Frieze New York can feel a little bit like a reality TV show at times, what with the celebrities sauntering around and the aggressive overhead lighting, the cameras everywhere, and the quasi-neighborly community that masks a fierce and thinly veiled sense of competition. Just like any good reality show, the fair has its winners and its losers. That said, it's not always clear that even the winners win, in the end. (Just think of how many seasons of "America's Next Top Model" have aired, versus how many actual top models the show has produced; then consider the number of artists included in the booths of Frieze's 190 participating galleries.)
So perhaps the best strategy for getting through the gauntlet that is Frieze New York is to keep it simple, and that was our strategy this year. Below are five promising artists that we encountered at the fair whose work we like and who we think you ought to know—whether they 'win' this year or not.
NEÏL BELOUFA
Neïl Beloufa makes wall-mounted reliefs that dually function as power outlets. At Frieze, his sculptural video installation in the booth ofLos Angeles's François Ghebaly Gallery is powered by his wall pieces, which it's plugged directly into.
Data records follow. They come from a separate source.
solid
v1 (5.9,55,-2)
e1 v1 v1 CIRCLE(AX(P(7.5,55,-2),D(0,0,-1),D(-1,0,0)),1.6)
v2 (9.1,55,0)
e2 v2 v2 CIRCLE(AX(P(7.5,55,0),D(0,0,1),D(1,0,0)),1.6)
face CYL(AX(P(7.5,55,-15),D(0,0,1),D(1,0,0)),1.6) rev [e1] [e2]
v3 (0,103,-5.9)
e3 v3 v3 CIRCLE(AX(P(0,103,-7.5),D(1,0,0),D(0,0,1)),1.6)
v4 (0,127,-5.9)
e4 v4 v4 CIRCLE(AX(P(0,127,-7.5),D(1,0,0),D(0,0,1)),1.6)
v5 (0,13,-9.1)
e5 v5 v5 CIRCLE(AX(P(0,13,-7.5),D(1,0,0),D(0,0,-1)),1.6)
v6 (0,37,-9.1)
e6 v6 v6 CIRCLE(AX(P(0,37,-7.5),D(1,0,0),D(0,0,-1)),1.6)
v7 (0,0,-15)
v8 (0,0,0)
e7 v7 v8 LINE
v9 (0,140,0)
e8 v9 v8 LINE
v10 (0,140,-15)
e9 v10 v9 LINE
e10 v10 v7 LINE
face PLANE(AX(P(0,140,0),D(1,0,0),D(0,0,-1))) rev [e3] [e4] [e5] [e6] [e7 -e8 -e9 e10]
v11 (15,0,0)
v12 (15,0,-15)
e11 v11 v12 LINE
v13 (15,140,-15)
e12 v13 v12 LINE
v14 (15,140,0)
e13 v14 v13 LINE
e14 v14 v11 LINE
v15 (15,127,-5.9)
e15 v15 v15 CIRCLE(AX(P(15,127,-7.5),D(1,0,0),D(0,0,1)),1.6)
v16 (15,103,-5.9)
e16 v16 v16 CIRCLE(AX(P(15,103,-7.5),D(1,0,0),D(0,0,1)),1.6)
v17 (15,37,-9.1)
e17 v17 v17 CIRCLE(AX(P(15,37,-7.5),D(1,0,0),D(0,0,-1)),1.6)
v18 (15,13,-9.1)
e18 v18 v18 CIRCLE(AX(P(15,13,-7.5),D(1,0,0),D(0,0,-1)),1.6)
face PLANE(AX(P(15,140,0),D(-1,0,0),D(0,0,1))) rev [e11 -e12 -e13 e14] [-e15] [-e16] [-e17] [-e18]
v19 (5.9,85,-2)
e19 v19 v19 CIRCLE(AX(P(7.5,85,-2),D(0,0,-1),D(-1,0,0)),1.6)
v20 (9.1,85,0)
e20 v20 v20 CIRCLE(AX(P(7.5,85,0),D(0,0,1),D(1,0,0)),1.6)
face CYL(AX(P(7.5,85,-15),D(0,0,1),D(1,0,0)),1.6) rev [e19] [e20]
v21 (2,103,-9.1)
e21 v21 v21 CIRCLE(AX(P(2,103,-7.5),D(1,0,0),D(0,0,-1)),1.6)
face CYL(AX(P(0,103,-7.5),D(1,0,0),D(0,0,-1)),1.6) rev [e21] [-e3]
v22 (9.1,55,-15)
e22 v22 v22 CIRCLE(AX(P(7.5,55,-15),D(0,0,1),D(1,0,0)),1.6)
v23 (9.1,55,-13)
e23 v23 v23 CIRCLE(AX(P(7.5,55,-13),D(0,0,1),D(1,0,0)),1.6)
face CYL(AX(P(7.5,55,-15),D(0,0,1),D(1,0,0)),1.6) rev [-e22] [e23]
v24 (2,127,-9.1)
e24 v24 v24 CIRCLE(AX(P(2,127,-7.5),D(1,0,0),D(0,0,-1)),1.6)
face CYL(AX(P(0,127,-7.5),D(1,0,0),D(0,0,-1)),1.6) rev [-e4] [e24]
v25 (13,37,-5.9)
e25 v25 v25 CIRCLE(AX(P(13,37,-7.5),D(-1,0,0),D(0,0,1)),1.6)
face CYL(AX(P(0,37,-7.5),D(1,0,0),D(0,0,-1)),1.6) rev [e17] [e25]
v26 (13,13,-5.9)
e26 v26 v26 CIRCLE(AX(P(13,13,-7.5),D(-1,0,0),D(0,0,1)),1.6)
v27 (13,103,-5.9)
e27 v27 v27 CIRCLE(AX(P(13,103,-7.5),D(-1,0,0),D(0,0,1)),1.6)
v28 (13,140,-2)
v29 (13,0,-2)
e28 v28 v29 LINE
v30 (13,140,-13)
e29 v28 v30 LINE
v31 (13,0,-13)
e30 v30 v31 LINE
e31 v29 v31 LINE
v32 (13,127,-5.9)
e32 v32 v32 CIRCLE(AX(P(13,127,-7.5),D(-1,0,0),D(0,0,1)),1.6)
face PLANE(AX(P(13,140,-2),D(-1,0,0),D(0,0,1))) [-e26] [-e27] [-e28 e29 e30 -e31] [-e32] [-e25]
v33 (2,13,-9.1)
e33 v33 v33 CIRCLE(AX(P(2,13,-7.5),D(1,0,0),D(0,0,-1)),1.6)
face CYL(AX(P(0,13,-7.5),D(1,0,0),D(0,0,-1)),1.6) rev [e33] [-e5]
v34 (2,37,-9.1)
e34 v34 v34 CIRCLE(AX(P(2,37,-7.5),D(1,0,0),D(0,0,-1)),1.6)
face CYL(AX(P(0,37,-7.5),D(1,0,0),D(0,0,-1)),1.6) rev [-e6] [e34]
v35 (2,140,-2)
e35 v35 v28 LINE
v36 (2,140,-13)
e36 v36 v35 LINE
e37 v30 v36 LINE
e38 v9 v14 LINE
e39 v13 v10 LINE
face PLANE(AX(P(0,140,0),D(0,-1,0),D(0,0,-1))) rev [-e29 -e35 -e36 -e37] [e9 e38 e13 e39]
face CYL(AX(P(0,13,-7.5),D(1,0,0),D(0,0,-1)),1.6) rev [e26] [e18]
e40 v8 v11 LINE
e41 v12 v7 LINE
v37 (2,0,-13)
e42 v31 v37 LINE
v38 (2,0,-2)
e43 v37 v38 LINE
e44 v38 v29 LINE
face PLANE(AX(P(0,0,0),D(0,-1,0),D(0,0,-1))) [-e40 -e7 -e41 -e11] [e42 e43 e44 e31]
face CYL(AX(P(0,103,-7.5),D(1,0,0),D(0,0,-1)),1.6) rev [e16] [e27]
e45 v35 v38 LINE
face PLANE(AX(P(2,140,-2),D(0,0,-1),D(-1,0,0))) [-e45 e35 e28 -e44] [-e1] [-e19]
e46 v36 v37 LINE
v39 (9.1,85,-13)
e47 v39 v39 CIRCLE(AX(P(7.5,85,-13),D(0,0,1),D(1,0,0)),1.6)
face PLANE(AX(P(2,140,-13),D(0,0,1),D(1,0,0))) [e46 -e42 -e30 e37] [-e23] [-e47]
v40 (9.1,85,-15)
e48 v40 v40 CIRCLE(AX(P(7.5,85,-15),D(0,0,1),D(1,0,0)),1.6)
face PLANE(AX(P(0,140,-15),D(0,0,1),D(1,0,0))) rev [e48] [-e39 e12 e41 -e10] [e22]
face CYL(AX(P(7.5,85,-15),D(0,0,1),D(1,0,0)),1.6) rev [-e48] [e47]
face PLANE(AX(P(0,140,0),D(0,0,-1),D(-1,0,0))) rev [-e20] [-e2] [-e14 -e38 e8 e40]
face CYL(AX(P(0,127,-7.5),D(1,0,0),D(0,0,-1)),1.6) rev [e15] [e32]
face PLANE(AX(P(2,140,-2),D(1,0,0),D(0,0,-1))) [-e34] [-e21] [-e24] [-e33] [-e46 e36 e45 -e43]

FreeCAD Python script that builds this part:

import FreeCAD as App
import Part
import Sketcher
from FreeCAD import Vector
Q = App.Units.Quantity

doc = App.newDocument("Part")
params = doc.addObject("Spreadsheet::Sheet", "Params")
for row, (alias, value) in enumerate([
    ("sketch1_width", "15 mm"),
    ("sketch1_width2", "11 mm"),
    ("pad1_length", "140 mm"),
    ("sketch2_diameter", "3.2 mm"),
    ("sketch3_diameter", "3.2 mm"),
], start=1):
    params.set(f"A{row}", alias)
    params.set(f"B{row}", "=" + value)
    params.setAlias(f"B{row}", alias)

body = doc.addObject("PartDesign::Body", "Body")

# Sketch on XZ plane
sketch1 = body.newObject("Sketcher::SketchObject", "Sketch")
sketch1.AttachmentSupport = (doc.getObject("XZ_Plane"), [""])
sketch1.MapMode = "FlatFace"
sketch1.addGeometry(Part.LineSegment(Vector(0, -15, 0), Vector(0, 0, 0)), False)
sketch1.addGeometry(Part.LineSegment(Vector(0, 0, 0), Vector(15, 0, 0)), False)
sketch1.addGeometry(Part.LineSegment(Vector(15, 0, 0), Vector(15, -15, 0)), False)
sketch1.addGeometry(Part.LineSegment(Vector(15, -15, 0), Vector(0, -15, 0)), False)
sketch1.addGeometry(Part.LineSegment(Vector(13, -2, 0), Vector(2, -2, 0)), False)
sketch1.addGeometry(Part.LineSegment(Vector(2, -2, 0), Vector(2, -13, 0)), False)
sketch1.addGeometry(Part.LineSegment(Vector(2, -13, 0), Vector(13, -13, 0)), False)
sketch1.addGeometry(Part.LineSegment(Vector(13, -13, 0), Vector(13, -2, 0)), False)
sketch1.addConstraint(Sketcher.Constraint("Coincident", 0, 2, 1, 1))
sketch1.addConstraint(Sketcher.Constraint("Coincident", 1, 2, 2, 1))
sketch1.addConstraint(Sketcher.Constraint("Coincident", 2, 2, 3, 1))
sketch1.addConstraint(Sketcher.Constraint("Coincident", 3, 2, 0, 1))
sketch1.addConstraint(Sketcher.Constraint("Coincident", 4, 2, 5, 1))
sketch1.addConstraint(Sketcher.Constraint("Coincident", 5, 2, 6, 1))
sketch1.addConstraint(Sketcher.Constraint("Coincident", 6, 2, 7, 1))
sketch1.addConstraint(Sketcher.Constraint("Coincident", 7, 2, 4, 1))
sketch1.addConstraint(Sketcher.Constraint("Vertical", 0))
sketch1.addConstraint(Sketcher.Constraint("Horizontal", 1))
sketch1.addConstraint(Sketcher.Constraint("Vertical", 2))
sketch1.addConstraint(Sketcher.Constraint("Horizontal", 3))
sketch1.addConstraint(Sketcher.Constraint("Horizontal", 4))
sketch1.addConstraint(Sketcher.Constraint("Vertical", 5))
sketch1.addConstraint(Sketcher.Constraint("Horizontal", 6))
sketch1.addConstraint(Sketcher.Constraint("Vertical", 7))
sketch1.addConstraint(Sketcher.Constraint("Coincident", 0, 2, -1, 1))
sketch1.addConstraint(Sketcher.Constraint("Equal", 3, 0))
sketch1.addConstraint(Sketcher.Constraint("Equal", 6, 5))
sketch1.addConstraint(Sketcher.Constraint("DistanceX", 1, 1, 1, 2, Q("15 mm")))
sketch1.addConstraint(Sketcher.Constraint("DistanceX", 4, 2, 4, 1, Q("11 mm")))
sketch1.addConstraint(Sketcher.Constraint("DistanceX", -1, 1, 4, 2, Q("2 mm")))
sketch1.addConstraint(Sketcher.Constraint("DistanceY", 4, 2, -1, 1, Q("2 mm")))
sketch1.setExpression("Constraints[19]", "Params.sketch1_width")
sketch1.setExpression("Constraints[20]", "Params.sketch1_width2")
pad1 = body.newObject("PartDesign::Pad", "Pad")
pad1.Profile = sketch1
pad1.setExpression("Length", "Params.pad1_length")
pad1.Reversed = True

# Sketch on YZ plane
sketch2 = body.newObject("Sketcher::SketchObject", "Sketch001")
sketch2.AttachmentSupport = (doc.getObject("YZ_Plane"), [""])
sketch2.MapMode = "FlatFace"
sketch2.AttachmentOffset = App.Placement(Vector(0, 0, 15), App.Rotation())
sketch2.addGeometry(Part.Circle(Vector(13, -7.5, 0), Vector(0, 0, 1), 1.6), False)
sketch2.addGeometry(Part.Circle(Vector(37, -7.5, 0), Vector(0, 0, 1), 1.6), False)
sketch2.addGeometry(Part.Circle(Vector(103, -7.5, 0), Vector(0, 0, 1), 1.6), False)
sketch2.addGeometry(Part.Circle(Vector(127, -7.5, 0), Vector(0, 0, 1), 1.6), False)
sketch2.addConstraint(Sketcher.Constraint("Equal", 0, 1))
sketch2.addConstraint(Sketcher.Constraint("Equal", 1, 2))
sketch2.addConstraint(Sketcher.Constraint("Equal", 2, 3))
sketch2.addConstraint(Sketcher.Constraint("Horizontal", 0, 3, 1, 3))
sketch2.addConstraint(Sketcher.Constraint("Horizontal", 1, 3, 2, 3))
sketch2.addConstraint(Sketcher.Constraint("Horizontal", 2, 3, 3, 3))
sketch2.addConstraint(Sketcher.Constraint("Diameter", 0, Q("3.2 mm")))
sketch2.addConstraint(Sketcher.Constraint("DistanceX", -1, 1, 0, 3, Q("13 mm")))
sketch2.addConstraint(Sketcher.Constraint("DistanceX", -1, 1, 1, 3, Q("37 mm")))
sketch2.addConstraint(Sketcher.Constraint("DistanceX", -1, 1, 2, 3, Q("103 mm")))
sketch2.addConstraint(Sketcher.Constraint("DistanceX", -1, 1, 3, 3, Q("127 mm")))
sketch2.addConstraint(Sketcher.Constraint("DistanceY", 0, 3, -1, 1, Q("7.5 mm")))
sketch2.setExpression("Constraints[6]", "Params.sketch2_diameter")
pocket1 = body.newObject("PartDesign::Pocket", "Pocket")
pocket1.Profile = sketch2
pocket1.Type = "ThroughAll"

# Sketch on XY plane
sketch3 = body.newObject("Sketcher::SketchObject", "Sketch002")
sketch3.AttachmentSupport = (doc.getObject("XY_Plane"), [""])
sketch3.MapMode = "FlatFace"
sketch3.addGeometry(Part.Circle(Vector(7.5, 85, 0), Vector(0, 0, 1), 1.6), False)
sketch3.addGeometry(Part.Circle(Vector(7.5, 55, 0), Vector(0, 0, 1), 1.6), False)
sketch3.addConstraint(Sketcher.Constraint("Equal", 0, 1))
sketch3.addConstraint(Sketcher.Constraint("Vertical", 0, 3, 1, 3))
sketch3.addConstraint(Sketcher.Constraint("Diameter", 0, Q("3.2 mm")))
sketch3.addConstraint(Sketcher.Constraint("DistanceY", -1, 1, 0, 3, Q("85 mm")))
sketch3.addConstraint(Sketcher.Constraint("DistanceY", -1, 1, 1, 3, Q("55 mm")))
sketch3.addConstraint(Sketcher.Constraint("DistanceX", -1, 1, 0, 3, Q("7.5 mm")))
sketch3.setExpression("Constraints[2]", "Params.sketch3_diameter")
pocket2 = body.newObject("PartDesign::Pocket", "Pocket001")
pocket2.Profile = sketch3
pocket2.Type = "ThroughAll"

doc.recompute()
Beloufa's literalizing of the art installation as a 'network' is all the more poignant when other artists' works are plugged in to his, as was the case in the show "Geographies of Contamination" at London's David Roberts Art Foundation last year. His creative innovation melds the notions of medium and support in a ways that haven't been seen before, and offers tantalizing possibilities for future group-show installations with other media artists.
PAUL COWAN
Whiz-kid Cowan is only 29 years old, but he's already got an impressive exhibition history that includes a solo show at Chicago's Museum of Contemporary Art in 2013. His paintings in Shane Campbell Gallery's booth are reminiscent of Laszlo Moholy-Nagy's "Telephone Pictures" series from 1923, in which the Hungarian-born artist produced paintings by giving directions to a fabricator over the phone—although Cowan's updated versions are executed by hand. Not sure what that says about our current relationship with Modernism's legacy, but they are nice to look at.
AVERY SINGER
Avery Singer's large-scale paintings, shown at Frieze by Berlin's Kraupa-Tuskany Zeidler, engage the medium on its own terms without resorting to irony or pastiche and have an amazing sense of realism of light and depth, even though Singer's figures are composed primarily of abstract geometric shapes. They are reminiscent of the work of one of our other favorite painters of the moment, Sascha Braunig, in the way they unexpectedly rejuvenate abstract painting without relying on conceptualism to do so. Singer's upcoming solo exhibition at the Kunsthalle Zürich later this year has the makings of a major event.
JOSH TONSFELDT
We encountered a fad-alert number of paintings on poured plaster at this fair (meaning more than two), but Tonsfeldt's in Simon Preston Gallery's booth were our favorites. The paintings themselves are pretty, if not technically mind-blowing, but the chalky texture and odd density of their plaster supports—which suggest ancient tablets of one ilk or another—make them intriguing. Tonsfedlt's been showing all over New York since finishing his MFA at Columbia University in 2007, and has had a few stints abroad as well, including a two-person show with B. Wurtz in Sweden in 2012.
NIKOLAS GAMBAROFF
OK, it's true—we did already pick Nikolas Gambaroff earlier this year when his work was shown in the Independent Art Fair. But at Frieze we liked his installation in Los Angeles gallery Overduin & Co.'s booth before we saw his name on the wall label (so there). The fact that he popped up again so quickly is a good sign. Gambaroff's trademark papier-mâché technique is on display here, in a gameboard setup with carved wooden figurines and delicate graphic elements. It looks like his collaborative work with Ei Arakawa has influenced Gambaroff's work for the better.